The copper lines also require massive switches in central offices to provide voice services, which Sambar explained use eight to ten times the amount of energy as a server. AT&T could replace the switches with two servers in a central office, which would cut down on the energy cost, but the servers will need software, installation and rewriting all the systems that were written in the 1960s or 1970s. All of which will cost more than keeping the switches.

“The payback period is 15, 16, 18 years long so it’s not economical to do it,” Sambar said.

https://www.mobileworldlive.com/att/att-makes-case-against-keeping-copper/

The long-term ROI issue AT&T’s network chief Chris Sambar raises was as relevant in the 1990s during the Clinton administration as it is today. Had telecom policymakers done a diligent job of assessing the costs and economics, they would have asked if investor owned telcos like AT&T that must generate returns on investment over relatively short periods were up to timely modernizing the legacy POTS copper outside plant to fiber and installing optical switches in COs and field distribution equipment. Timely as by the late 2000s.

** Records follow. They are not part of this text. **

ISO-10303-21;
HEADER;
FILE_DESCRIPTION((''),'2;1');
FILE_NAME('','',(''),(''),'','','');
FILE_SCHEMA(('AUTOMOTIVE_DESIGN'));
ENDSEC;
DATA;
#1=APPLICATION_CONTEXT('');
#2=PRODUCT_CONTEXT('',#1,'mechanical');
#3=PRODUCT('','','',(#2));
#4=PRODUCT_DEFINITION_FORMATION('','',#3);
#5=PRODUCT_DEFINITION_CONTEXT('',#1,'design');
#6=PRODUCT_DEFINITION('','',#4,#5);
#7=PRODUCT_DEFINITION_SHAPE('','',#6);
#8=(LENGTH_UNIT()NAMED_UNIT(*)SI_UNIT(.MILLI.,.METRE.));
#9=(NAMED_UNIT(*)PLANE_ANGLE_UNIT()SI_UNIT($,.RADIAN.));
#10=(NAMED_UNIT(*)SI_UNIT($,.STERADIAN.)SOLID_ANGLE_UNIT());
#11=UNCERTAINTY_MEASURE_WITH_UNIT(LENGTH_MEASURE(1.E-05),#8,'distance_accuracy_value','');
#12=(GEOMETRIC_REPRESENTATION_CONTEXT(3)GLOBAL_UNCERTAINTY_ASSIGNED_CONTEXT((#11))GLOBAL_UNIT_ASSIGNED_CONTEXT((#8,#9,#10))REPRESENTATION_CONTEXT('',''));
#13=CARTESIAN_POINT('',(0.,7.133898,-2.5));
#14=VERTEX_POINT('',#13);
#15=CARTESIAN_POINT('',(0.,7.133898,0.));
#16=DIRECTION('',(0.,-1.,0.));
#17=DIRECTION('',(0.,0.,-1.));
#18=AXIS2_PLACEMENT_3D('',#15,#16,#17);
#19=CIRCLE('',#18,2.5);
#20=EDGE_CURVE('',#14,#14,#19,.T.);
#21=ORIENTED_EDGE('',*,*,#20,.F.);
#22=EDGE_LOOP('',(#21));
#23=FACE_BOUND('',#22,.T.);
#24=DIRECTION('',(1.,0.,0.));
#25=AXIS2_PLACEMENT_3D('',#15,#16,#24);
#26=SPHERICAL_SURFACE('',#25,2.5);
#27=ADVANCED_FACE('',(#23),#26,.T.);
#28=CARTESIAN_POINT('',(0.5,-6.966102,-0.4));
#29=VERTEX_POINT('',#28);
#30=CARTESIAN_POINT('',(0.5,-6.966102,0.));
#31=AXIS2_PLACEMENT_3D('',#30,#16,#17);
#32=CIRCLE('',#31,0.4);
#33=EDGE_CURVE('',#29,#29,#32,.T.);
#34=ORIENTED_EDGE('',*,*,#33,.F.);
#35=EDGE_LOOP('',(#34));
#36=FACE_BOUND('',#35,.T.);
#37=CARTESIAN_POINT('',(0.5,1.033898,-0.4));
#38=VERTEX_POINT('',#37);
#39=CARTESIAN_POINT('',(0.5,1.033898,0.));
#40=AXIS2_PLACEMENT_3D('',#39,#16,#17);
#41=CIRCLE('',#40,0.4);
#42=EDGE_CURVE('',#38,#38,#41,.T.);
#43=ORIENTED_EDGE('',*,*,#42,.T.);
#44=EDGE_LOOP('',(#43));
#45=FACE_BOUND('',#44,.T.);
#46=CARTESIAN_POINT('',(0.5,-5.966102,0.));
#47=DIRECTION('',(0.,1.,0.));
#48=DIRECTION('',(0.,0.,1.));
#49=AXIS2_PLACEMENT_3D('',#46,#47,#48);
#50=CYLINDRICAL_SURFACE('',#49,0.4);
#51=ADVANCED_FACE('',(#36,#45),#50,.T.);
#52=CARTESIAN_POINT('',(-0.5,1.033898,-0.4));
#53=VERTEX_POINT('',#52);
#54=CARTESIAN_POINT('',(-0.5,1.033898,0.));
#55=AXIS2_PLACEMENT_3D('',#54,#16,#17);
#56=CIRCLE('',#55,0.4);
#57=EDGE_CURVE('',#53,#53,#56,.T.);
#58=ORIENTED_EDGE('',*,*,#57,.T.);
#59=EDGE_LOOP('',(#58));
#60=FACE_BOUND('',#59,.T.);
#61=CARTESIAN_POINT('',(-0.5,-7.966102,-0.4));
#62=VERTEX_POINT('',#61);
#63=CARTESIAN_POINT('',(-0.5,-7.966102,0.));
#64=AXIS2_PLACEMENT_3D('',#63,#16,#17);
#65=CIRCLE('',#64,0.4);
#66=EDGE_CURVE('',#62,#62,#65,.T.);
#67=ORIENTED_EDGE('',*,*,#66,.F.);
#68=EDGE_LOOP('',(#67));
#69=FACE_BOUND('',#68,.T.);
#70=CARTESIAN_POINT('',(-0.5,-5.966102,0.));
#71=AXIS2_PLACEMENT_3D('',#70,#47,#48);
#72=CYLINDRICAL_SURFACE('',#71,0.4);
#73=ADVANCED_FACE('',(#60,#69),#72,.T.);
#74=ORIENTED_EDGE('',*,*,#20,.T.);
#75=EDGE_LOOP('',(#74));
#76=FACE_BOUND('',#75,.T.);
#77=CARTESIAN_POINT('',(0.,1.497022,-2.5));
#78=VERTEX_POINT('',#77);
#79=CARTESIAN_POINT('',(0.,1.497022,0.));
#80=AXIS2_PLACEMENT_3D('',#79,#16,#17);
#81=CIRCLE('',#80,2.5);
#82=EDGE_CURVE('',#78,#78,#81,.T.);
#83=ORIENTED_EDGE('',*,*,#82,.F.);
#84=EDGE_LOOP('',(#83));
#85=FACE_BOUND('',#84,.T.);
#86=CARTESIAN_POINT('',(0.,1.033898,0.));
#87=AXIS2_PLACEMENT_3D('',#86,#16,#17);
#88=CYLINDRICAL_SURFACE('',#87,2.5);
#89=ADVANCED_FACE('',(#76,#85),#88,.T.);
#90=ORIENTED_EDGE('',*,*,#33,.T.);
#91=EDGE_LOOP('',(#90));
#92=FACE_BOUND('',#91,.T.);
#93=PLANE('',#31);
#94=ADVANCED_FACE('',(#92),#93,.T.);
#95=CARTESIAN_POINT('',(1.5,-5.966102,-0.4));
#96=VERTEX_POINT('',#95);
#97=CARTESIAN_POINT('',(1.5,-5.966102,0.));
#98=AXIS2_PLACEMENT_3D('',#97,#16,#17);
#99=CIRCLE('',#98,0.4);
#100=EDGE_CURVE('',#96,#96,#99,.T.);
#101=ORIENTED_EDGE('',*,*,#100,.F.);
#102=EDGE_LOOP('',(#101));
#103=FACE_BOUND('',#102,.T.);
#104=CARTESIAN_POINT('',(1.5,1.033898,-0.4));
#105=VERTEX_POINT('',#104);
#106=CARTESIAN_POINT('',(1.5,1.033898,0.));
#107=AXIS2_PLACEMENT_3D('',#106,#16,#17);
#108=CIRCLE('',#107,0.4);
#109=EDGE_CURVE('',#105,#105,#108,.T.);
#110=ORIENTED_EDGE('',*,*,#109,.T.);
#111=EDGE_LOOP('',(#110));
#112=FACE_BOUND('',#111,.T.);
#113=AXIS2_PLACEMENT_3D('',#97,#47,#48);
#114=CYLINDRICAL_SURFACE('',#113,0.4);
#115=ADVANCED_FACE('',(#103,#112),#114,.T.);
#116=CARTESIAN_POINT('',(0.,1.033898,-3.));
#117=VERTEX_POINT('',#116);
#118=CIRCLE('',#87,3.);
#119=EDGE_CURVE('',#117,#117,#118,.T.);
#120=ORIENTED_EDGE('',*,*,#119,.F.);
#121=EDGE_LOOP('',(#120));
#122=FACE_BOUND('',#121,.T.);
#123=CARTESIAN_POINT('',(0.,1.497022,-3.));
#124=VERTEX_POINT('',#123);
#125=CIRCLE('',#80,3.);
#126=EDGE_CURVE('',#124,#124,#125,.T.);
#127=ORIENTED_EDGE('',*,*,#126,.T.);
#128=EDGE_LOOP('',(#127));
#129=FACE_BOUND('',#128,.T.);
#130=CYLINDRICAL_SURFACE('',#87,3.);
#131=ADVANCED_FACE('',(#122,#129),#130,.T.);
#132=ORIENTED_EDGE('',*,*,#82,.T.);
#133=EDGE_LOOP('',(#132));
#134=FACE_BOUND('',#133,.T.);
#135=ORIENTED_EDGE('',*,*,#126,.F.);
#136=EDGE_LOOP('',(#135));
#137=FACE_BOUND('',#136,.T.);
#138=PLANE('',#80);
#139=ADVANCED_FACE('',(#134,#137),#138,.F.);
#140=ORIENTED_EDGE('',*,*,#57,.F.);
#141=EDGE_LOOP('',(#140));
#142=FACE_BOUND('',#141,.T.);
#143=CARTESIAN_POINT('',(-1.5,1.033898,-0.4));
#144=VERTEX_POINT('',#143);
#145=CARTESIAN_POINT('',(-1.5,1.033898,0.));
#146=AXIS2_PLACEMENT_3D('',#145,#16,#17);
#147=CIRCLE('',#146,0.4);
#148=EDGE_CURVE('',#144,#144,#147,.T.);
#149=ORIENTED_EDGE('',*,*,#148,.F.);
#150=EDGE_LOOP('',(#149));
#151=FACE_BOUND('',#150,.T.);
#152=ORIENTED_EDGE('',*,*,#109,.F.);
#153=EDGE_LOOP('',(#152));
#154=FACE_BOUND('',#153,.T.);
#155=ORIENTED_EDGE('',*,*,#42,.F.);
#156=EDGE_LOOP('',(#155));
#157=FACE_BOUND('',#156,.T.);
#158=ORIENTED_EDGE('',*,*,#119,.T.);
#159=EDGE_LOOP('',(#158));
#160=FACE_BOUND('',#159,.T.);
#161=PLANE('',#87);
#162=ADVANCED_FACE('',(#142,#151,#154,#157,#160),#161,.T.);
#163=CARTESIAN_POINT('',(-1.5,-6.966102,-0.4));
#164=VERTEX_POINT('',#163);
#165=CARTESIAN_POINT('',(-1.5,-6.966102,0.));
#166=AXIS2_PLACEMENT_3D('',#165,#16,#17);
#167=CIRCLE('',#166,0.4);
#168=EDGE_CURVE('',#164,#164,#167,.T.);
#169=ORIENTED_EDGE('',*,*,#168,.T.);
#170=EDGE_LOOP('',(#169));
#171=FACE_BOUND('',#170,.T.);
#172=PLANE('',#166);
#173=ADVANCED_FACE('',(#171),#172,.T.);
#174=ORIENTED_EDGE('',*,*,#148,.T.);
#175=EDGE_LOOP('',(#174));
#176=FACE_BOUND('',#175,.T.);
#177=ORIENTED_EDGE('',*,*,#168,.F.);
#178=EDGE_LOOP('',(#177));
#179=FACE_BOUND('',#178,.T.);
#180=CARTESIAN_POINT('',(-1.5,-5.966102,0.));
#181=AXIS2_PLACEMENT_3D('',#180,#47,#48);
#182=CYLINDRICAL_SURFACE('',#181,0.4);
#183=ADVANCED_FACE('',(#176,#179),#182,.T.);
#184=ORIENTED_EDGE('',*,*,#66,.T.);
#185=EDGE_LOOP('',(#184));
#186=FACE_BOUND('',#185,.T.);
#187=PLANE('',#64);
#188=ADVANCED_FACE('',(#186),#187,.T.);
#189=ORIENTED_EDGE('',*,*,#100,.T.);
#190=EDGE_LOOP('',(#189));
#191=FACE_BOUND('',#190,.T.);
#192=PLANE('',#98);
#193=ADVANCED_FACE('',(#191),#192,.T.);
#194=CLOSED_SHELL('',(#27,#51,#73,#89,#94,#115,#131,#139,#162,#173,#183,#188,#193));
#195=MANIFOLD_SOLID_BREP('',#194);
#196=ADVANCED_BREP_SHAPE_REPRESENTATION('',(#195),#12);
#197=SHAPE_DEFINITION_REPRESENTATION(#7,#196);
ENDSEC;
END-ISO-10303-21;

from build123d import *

# Parameters (mm, degrees)
ESBO_O1_W                = 2.5
ESBO_O1_H                = 0.463123709
ESBO_O1_W_2              = 0.5
ESBO_O2_R                = 0.4
RESSALTO_EXTRUS_O1_DEPTH = 7
ESBO_O3_R                = 0.4
RESSALTO_EXTRUS_O2_DEPTH = 1
ESBO_O4_R                = 0.4
RESSALTO_EXTRUS_O3_DEPTH = 2


with BuildPart() as part:
    # Esboço1 → Revolução1 (revolve)
    with BuildSketch(Plane.XY):
        with BuildLine():
            Line((0, 7.133898305), (0, 4.633898305))
            ThreePointArc((0, 4.633898305), (1.767766953, 5.366131352), (2.5, 7.133898305))
            Line((2.5, 7.133898305), (0, 7.133898305))
        make_face()
        with BuildLine():
            Line((0, 9.633898305), (0, 7.133898305))
            Line((0, 7.133898305), (2.5, 7.133898305))
            ThreePointArc((2.5, 7.133898305), (1.767766953, 8.901665258), (0, 9.633898305))
        make_face()
        with BuildLine():
            Line((0, 7.133898305), (0, 4.633898305))
            ThreePointArc((0, 4.633898305), (1.767766953, 5.366131352), (2.5, 7.133898305))
            Line((2.5, 7.133898305), (0, 7.133898305))
        make_face()
        with BuildLine():
            Line((0, 9.633898305), (0, 7.133898305))
            Line((0, 7.133898305), (2.5, 7.133898305))
            ThreePointArc((2.5, 7.133898305), (1.767766953, 8.901665258), (0, 9.633898305))
        make_face()
        with BuildLine():
            Line((0, 4.633898305), (0, 1.497022014))
            Line((0, 1.497022014), (2.5, 1.497022014))
            Line((2.5, 1.497022014), (2.5, 7.133898305))
            ThreePointArc((2.5, 7.133898305), (1.767766953, 5.366131352), (0, 4.633898305))
        make_face()
        with Locations((1.25, 1.26546016)):
            Rectangle(ESBO_O1_W, ESBO_O1_H)
        with Locations((2.75, 1.26546016)):
            Rectangle(ESBO_O1_W_2, ESBO_O1_H)
    revolve(axis=Axis((0, 1.033898305, 0), (0, 1, 0)))

    # Esboço2 → Ressalto-extrusão1 (add)
    with BuildSketch(Plane.XZ.offset(-1.033898305)):
        with Locations((-1.5, 0)):
            Circle(ESBO_O2_R)
        with Locations((-0.5, 0)):
            Circle(ESBO_O2_R)
        with Locations((0.5, 0)):
            Circle(ESBO_O2_R)
        with Locations((1.5, 0)):
            Circle(ESBO_O2_R)
    extrude(amount=RESSALTO_EXTRUS_O1_DEPTH)

    # Esboço3 → Ressalto-extrusão2 (add)
    with BuildSketch(Plane.XZ.offset(5.966101695)):
        with Locations((0.5, 0)):
            Circle(ESBO_O3_R)
        with Locations((-1.5, 0)):
            Circle(ESBO_O3_R)
    extrude(amount=RESSALTO_EXTRUS_O2_DEPTH)

    # Esboço4 → Ressalto-extrusão3 (add)
    with BuildSketch(Plane.XZ.offset(5.966101695)):
        with Locations((-0.5, 0)):
            Circle(ESBO_O4_R)
    extrude(amount=RESSALTO_EXTRUS_O3_DEPTH)


solid = part.part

And if it was determined telcos were not, then alternatives such as public and utility cooperative ownership -- that the Biden administration noted in its original 2021 infrastructure bill don’t face the additional cost burden of earning shareholder profits -- should have been developed. None were.

Telcos were left to deploying now obsolete DSL technology over decades old copper. Given the Biden administration’s recent assessment of the merits of the public and utility coop models and the ongoing ROI challenge facing investor-owned providers, the conditions for developing those alternatives remain in place today.